That had rather a lot to do with the second bit of uncommon knowledge tumbling around Harry Valentine’s twelve-year-old brain.

Harry’s father, Sir Lionel Valentine, was a drunk.

This was not the uncommon knowledge. Everyone knew that Sir Lionel drank more than he ought. There was no hiding it. Sir Lionel stumbled and tripped (on his words and his feet), he laughed when no one else did, and, unfortunately for the two housemaids (and the two carpets in Sir Lionel’s study), there was a reason the alcohol had not caused his body to grow fat.

And so Harry became proficient in the task of cleaning up vomit.

It started when he was ten. He probably would have left the mess where it lay, except that he had been trying to ask his father for a bit of pocket money, and he’d made the mistake of doing so too late in the evening. Sir Lionel had already partaken of his afternoon brandy, his early-evening nip, his wine with supper, his port immediately following, and was now back to his favorite, the aforementioned brandy, smuggled in from France. Harry was quite certain that he had spoken in complete (English) sentences when he made his request for funds, but his father just stared at him, blinking several times as if he couldn’t quite comprehend what his son was talking about, and then promptly threw up on Harry’s shoes.

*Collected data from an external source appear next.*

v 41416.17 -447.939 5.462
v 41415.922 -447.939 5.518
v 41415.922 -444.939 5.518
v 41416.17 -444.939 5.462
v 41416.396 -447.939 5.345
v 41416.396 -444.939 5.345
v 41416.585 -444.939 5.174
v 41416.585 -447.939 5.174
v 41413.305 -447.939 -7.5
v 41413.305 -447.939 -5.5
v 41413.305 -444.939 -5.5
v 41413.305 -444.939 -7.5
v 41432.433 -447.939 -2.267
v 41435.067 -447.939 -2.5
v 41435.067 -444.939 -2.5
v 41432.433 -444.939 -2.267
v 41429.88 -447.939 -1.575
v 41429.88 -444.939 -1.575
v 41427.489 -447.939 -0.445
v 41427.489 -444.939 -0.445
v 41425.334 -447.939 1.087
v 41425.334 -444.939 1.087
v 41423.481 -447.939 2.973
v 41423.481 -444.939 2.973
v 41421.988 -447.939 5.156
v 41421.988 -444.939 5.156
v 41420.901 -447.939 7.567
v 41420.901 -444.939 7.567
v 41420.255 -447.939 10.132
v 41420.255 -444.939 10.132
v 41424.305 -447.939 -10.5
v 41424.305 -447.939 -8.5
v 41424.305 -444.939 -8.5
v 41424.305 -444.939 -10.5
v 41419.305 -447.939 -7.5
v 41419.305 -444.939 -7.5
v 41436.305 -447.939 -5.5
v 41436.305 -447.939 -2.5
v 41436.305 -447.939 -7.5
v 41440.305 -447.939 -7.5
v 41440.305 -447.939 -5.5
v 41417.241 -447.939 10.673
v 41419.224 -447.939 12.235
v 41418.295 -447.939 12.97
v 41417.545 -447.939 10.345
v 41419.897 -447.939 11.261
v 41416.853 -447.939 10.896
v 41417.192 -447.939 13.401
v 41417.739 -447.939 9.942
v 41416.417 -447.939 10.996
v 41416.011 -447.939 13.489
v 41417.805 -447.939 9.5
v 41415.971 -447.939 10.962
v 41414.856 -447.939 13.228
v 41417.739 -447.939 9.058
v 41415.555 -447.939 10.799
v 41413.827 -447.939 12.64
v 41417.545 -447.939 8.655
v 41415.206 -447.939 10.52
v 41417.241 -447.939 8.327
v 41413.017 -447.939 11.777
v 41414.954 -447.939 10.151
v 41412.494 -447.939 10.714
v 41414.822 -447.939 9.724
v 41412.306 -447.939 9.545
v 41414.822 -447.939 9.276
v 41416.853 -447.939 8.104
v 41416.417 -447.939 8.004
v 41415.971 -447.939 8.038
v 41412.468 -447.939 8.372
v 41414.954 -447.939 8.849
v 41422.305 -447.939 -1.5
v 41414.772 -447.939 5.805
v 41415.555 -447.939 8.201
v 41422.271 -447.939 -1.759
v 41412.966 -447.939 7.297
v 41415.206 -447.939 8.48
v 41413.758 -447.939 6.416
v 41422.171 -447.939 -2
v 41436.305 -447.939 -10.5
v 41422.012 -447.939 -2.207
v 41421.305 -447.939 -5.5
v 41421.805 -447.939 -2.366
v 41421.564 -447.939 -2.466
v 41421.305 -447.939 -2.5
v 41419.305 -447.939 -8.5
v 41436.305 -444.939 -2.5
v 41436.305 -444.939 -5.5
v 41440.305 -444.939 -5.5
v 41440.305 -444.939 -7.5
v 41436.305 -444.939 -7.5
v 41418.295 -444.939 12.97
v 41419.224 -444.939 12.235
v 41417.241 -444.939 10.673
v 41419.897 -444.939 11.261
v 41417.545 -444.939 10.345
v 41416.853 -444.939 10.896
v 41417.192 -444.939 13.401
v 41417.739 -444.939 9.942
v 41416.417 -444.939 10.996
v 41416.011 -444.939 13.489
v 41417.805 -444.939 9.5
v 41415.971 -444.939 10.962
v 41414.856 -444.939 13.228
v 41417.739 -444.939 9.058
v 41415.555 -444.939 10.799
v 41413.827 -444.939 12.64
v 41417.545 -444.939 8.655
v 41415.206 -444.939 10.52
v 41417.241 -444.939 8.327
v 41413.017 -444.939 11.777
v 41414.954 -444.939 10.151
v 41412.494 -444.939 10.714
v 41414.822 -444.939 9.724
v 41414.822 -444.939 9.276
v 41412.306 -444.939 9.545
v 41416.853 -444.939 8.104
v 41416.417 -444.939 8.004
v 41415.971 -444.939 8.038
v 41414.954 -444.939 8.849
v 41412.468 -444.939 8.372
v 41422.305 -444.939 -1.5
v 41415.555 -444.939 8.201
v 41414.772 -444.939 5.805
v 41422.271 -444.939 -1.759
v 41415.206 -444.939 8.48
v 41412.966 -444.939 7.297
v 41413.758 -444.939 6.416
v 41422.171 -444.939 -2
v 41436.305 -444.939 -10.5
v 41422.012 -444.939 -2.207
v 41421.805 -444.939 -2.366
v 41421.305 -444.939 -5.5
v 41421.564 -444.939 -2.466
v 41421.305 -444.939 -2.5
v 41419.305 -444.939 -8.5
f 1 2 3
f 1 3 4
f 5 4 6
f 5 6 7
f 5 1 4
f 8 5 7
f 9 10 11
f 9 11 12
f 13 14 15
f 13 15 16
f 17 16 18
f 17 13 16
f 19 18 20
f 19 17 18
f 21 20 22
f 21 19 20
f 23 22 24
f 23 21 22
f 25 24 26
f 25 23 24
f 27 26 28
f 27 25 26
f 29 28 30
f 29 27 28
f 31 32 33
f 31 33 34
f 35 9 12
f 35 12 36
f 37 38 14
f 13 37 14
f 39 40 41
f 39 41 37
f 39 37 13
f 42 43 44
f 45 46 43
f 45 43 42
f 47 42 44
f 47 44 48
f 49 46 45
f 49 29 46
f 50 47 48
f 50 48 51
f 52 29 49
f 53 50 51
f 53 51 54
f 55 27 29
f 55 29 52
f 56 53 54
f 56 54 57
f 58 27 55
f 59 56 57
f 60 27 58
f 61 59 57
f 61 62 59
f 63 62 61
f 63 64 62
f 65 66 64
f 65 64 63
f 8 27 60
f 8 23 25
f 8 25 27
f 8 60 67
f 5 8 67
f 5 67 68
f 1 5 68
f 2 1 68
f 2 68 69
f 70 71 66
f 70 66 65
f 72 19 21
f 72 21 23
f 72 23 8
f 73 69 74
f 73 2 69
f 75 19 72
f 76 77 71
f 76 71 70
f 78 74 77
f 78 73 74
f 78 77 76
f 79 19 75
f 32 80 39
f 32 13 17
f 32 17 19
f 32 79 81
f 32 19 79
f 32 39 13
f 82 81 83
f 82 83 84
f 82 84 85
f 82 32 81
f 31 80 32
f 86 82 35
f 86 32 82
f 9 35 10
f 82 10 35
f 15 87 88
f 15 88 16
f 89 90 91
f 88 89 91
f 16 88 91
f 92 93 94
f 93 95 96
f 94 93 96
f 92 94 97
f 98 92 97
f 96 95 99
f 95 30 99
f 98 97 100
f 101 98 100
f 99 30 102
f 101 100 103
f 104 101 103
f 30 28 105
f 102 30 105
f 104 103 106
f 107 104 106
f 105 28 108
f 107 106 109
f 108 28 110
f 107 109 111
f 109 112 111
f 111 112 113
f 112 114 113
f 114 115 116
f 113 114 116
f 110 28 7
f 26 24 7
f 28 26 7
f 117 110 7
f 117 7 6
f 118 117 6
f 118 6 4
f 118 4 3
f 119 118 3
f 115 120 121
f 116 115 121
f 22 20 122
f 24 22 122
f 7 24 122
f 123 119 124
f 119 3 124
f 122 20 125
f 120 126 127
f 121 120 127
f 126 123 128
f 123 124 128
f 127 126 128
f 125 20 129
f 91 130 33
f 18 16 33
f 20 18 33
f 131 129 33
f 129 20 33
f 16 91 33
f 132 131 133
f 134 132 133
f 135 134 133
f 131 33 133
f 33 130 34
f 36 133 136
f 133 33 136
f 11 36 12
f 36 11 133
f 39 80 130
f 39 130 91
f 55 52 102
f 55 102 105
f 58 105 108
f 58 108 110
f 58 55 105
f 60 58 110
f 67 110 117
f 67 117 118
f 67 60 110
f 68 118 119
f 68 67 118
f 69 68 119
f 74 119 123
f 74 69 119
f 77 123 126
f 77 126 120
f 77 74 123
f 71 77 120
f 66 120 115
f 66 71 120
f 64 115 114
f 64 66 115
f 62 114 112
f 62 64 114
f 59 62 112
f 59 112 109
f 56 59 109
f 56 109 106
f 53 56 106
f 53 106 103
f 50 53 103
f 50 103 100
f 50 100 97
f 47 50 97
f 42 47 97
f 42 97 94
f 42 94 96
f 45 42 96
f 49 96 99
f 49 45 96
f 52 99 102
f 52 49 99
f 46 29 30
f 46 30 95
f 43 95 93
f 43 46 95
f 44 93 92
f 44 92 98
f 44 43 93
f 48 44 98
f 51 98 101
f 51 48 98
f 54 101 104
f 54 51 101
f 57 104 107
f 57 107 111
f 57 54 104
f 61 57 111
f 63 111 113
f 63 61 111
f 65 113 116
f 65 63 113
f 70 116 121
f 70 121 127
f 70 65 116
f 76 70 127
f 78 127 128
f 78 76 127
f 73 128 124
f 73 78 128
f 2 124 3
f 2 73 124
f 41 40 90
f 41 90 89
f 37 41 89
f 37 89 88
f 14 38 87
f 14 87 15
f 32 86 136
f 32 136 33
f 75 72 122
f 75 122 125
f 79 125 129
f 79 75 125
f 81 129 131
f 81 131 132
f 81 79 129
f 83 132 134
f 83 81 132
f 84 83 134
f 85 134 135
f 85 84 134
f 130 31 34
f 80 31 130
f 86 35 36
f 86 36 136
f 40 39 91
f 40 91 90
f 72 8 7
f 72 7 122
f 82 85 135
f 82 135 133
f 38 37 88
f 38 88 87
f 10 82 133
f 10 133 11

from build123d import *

# Parameters (mm, degrees)
CROQUIS1_R                 = 1.5
SALIENTE_EXTRUIR1_DEPTH    = 3
S_LIDO_MOVER_COPIAR1_ANGLE = 90


with BuildPart() as part:
    # Croquis1 → Saliente-Extruir1 (new body)
    with BuildSketch(Plane.XY):
        with BuildLine():
            Line((41421.305272486, -442.43949549), (41421.305272486, -439.43949549))
            Line((41421.305272486, -439.43949549), (41413.305272486, -439.43949549))
            Line((41413.305272486, -439.43949549), (41413.305272486, -437.43949549))
            Line((41413.305272486, -437.43949549), (41419.305272486, -437.43949549))
            Line((41419.305272486, -437.43949549), (41419.305272486, -436.43949549))
            Line((41419.305272486, -436.43949549), (41424.305272486, -436.43949549))
            Line((41424.305272486, -436.43949549), (41424.305272486, -434.43949549))
            Line((41424.305272486, -434.43949549), (41436.305272486, -434.43949549))
            Line((41436.305272486, -434.43949549), (41436.305272486, -437.43949549))
            Line((41436.305272486, -437.43949549), (41440.305272486, -437.43949549))
            Line((41440.305272486, -437.43949549), (41440.305272486, -439.43949549))
            Line((41440.305272486, -439.43949549), (41436.305272486, -439.43949549))
            Line((41436.305272486, -439.43949549), (41436.305272486, -442.43949549))
            Line((41436.305272486, -442.43949549), (41435.066935525, -442.43949549))
            ThreePointArc((41435.066935525, -442.43949549), (41425.333650257, -446.026206837), (41420.255096284, -455.071074438))
            ThreePointArc((41420.255096284, -455.071074438), (41413.38989409, -457.178212126), (41415.921508638, -450.457947386))
            ThreePointArc((41415.921508638, -450.457947386), (41416.286574465, -450.349956968), (41416.584824278, -450.113351733))
            Line((41416.584824278, -450.113351733), (41422.305272486, -443.43949549))
            ThreePointArc((41422.305272486, -443.43949549), (41422.012379267, -442.732388709), (41421.305272486, -442.43949549))
        make_face()
        with Locations((41416.305272486, -454.43949549)):
            Circle(CROQUIS1_R, mode=Mode.SUBTRACT)
    extrude(amount=SALIENTE_EXTRUIR1_DEPTH)


with BuildPart() as part_1:
    # Sólido-Mover/Copiar1: moved
    add(part.part.rotate(Axis((0, -446.43949549, 1.5), (-1, 0, 0)), S_LIDO_MOVER_COPIAR1_ANGLE))


solid = part_1.part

So Harry really couldn’t avoid the mess.

After that there seemed to be no going back. It happened again a week later, although not directly on his feet, and then a month after that. By the time Harry was twelve, any other young child would have lost count of the number of times he’d cleaned up after his father, but he had always been a precise sort of boy, and once he’d begun his accounting, it was difficult to stop.